Maggie is silent for a moment. “Yeah. I’m sorry,” she says finally. “When we first started hanging out, I was using both your
names a lot. Like calling you Carter Cohen, just in everyday conversation. And then that shortened to CarCo, but you complained
that it sounded like a discount car brand.”
“It does. CarCo is the worst nickname I’ve ever heard. Also sounds like a rotting—”
“Carcass. Yes. That was your other line of complaint. So I switched to Coco as a joke. Which you also kind of hated, but maybe
secretly sort of loved?”
“Huh. I do like that Pixar movie. And I’m kinda like that kid. We both wear hoodies a lot.”
“Actually,” Maggie says, folding my fingers into hers, “I would joke with you about that song Miguel sings to get his great-grandma Coco to remember her dad. ‘Remember Me.’”
“Oh. Yeah. More relevant than the hoodies.”
We both go quiet, reminded of the horror of our situation. Because, once I looped, I definitively did not remember Maggie. And I’ll likely forget her again. I sort of am Coco. But no song, not even that one Maggie wrote about me, is going to snap me out of it.
I must lighten the mood.
“In that case,” I say, “maybe I should call you Maguel.”

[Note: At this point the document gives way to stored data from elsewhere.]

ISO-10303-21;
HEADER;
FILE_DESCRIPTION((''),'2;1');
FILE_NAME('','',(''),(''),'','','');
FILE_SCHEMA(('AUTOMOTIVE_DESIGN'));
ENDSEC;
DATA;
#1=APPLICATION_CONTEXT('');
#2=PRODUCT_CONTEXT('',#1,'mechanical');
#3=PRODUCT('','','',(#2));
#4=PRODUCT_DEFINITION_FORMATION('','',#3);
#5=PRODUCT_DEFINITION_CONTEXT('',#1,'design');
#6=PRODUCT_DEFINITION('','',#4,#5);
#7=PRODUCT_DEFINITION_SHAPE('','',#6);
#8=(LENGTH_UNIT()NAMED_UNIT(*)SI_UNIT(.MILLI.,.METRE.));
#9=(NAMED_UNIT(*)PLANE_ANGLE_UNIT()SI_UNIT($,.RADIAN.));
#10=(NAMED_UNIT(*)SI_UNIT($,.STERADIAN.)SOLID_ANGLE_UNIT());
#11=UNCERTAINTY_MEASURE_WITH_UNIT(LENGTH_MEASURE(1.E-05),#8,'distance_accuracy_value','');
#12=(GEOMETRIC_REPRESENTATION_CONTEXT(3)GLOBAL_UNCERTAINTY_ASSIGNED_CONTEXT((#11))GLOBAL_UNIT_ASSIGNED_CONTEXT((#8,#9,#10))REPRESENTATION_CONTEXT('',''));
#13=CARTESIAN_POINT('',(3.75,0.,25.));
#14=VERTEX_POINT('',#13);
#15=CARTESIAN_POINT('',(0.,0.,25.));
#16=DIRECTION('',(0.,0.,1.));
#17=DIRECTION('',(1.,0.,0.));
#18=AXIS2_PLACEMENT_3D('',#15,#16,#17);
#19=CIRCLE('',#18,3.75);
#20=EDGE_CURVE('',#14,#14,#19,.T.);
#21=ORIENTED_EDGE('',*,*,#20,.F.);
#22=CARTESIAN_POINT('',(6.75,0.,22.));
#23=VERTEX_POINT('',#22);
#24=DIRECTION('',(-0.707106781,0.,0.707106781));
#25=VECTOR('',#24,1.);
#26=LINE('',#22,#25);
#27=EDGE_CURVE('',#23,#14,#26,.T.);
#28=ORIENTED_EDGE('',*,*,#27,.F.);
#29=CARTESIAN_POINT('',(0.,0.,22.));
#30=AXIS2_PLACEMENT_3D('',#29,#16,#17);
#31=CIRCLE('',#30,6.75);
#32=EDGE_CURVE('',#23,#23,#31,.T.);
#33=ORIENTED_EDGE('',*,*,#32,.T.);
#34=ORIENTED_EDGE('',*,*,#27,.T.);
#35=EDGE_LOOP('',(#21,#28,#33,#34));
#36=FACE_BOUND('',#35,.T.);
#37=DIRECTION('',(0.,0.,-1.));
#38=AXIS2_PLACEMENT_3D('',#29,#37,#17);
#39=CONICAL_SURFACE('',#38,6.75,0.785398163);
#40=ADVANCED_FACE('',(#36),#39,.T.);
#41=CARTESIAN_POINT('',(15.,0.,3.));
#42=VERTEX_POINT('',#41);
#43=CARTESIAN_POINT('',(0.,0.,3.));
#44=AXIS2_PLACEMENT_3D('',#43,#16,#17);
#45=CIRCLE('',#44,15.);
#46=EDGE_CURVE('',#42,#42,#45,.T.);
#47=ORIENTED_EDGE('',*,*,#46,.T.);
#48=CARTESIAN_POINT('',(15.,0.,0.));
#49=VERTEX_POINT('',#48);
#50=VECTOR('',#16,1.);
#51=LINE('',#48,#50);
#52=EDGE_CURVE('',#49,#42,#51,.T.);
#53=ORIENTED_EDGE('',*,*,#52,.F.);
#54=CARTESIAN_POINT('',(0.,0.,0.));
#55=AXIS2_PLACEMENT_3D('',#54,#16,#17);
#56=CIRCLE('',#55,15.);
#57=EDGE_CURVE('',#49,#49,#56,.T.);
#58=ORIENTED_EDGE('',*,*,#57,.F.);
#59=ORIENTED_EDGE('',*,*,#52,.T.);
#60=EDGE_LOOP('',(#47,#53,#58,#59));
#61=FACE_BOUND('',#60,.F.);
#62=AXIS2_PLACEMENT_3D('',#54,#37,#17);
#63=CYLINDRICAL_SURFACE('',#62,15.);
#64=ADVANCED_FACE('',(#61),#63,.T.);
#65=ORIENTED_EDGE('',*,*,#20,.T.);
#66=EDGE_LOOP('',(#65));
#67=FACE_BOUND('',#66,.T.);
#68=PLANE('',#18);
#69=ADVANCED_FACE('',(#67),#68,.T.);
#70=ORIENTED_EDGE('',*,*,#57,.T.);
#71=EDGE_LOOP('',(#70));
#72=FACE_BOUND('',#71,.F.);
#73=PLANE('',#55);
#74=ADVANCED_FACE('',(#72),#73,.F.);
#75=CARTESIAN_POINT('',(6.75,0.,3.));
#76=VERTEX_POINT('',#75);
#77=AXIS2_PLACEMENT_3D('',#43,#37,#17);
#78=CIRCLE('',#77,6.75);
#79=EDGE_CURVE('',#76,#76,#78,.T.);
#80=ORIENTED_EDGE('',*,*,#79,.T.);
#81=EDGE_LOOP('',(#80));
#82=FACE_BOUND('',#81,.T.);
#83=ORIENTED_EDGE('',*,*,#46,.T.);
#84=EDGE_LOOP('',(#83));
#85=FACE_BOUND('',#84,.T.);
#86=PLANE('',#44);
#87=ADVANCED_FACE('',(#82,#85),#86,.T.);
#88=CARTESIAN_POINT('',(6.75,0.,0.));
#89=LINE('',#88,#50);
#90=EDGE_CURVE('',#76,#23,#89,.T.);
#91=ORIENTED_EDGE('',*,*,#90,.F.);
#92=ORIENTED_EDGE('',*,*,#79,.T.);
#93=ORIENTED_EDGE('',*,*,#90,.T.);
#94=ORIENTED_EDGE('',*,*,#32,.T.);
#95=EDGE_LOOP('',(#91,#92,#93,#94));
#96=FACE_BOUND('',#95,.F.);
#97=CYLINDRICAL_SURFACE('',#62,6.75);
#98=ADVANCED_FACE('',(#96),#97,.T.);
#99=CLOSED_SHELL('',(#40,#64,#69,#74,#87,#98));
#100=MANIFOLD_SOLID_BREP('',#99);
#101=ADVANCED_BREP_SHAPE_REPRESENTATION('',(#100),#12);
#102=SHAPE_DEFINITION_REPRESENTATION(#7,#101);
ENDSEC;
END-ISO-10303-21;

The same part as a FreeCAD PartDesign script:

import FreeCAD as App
import Part
import Sketcher

V = App.Vector
Q = App.Units.Quantity


def edges_at(feature, points):
    """Names of the edges that pass closest to the given points."""
    edges = feature.Shape.Edges
    near = lambda p: min(range(len(edges)), key=lambda i: edges[i].distToShape(Part.Vertex(*p))[0])
    return sorted({f"Edge{near(p) + 1}" for p in points})

doc = App.newDocument("Part")
body = doc.addObject("PartDesign::Body", "Body")

# Sketch on XY plane
sketch1 = doc.addObject("Sketcher::SketchObject", "Sketch")
body.addObject(sketch1)
sketch1.AttachmentSupport = (doc.XY_Plane, [""])
sketch1.MapMode = "FlatFace"
sketch1.addGeometry(Part.Circle(V(0, 0, 0), V(0, 0, 1), 7), False)
sketch1.addConstraint([
    Sketcher.Constraint("Coincident", 0, 3, -1, 1),
    Sketcher.Constraint("Diameter", 0, Q("13.5 mm")),
])
pad1 = doc.addObject("PartDesign::Pad", "Pad")
body.addObject(pad1)
pad1.Profile = sketch1
pad1.Length = 25

# Sketch on XY plane
sketch2 = doc.addObject("Sketcher::SketchObject", "Sketch001")
body.addObject(sketch2)
sketch2.AttachmentSupport = (doc.XY_Plane, [""])
sketch2.MapMode = "FlatFace"
sketch2.addGeometry(Part.Circle(V(0, 0, 0), V(0, 0, 1), 15), False)
sketch2.addConstraint([
    Sketcher.Constraint("Coincident", 0, 3, -1, 1),
    Sketcher.Constraint("Diameter", 0, Q("30 mm")),
])
pad2 = doc.addObject("PartDesign::Pad", "Pad001")
body.addObject(pad2)
pad2.Profile = sketch2
pad2.Length = 3
doc.recompute()

chamfer = doc.addObject("PartDesign::Chamfer", "Chamfer")
body.addObject(chamfer)
chamfer.Base = (pad2, edges_at(pad2, [(-6.75, 0, 25)]))
chamfer.Size = 3

doc.recompute()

“Please, no,” Maggie says, gently shoving my chest. “You tried to do that last time too.”
“Of course I did. Because it’s a brilliant nickname. Why do you get to call me Coco but I can’t call you Maguel?”
Maggie throws her head back and sighs. “Fiiiiine. I guess you can if you really, really need to.”
“I do, Maguel. I really, really do.”
Maggie narrows her eyes, touches her forehead to mine, and growls.
I growl back.
Her gum slides into my mouth as we start kissing again.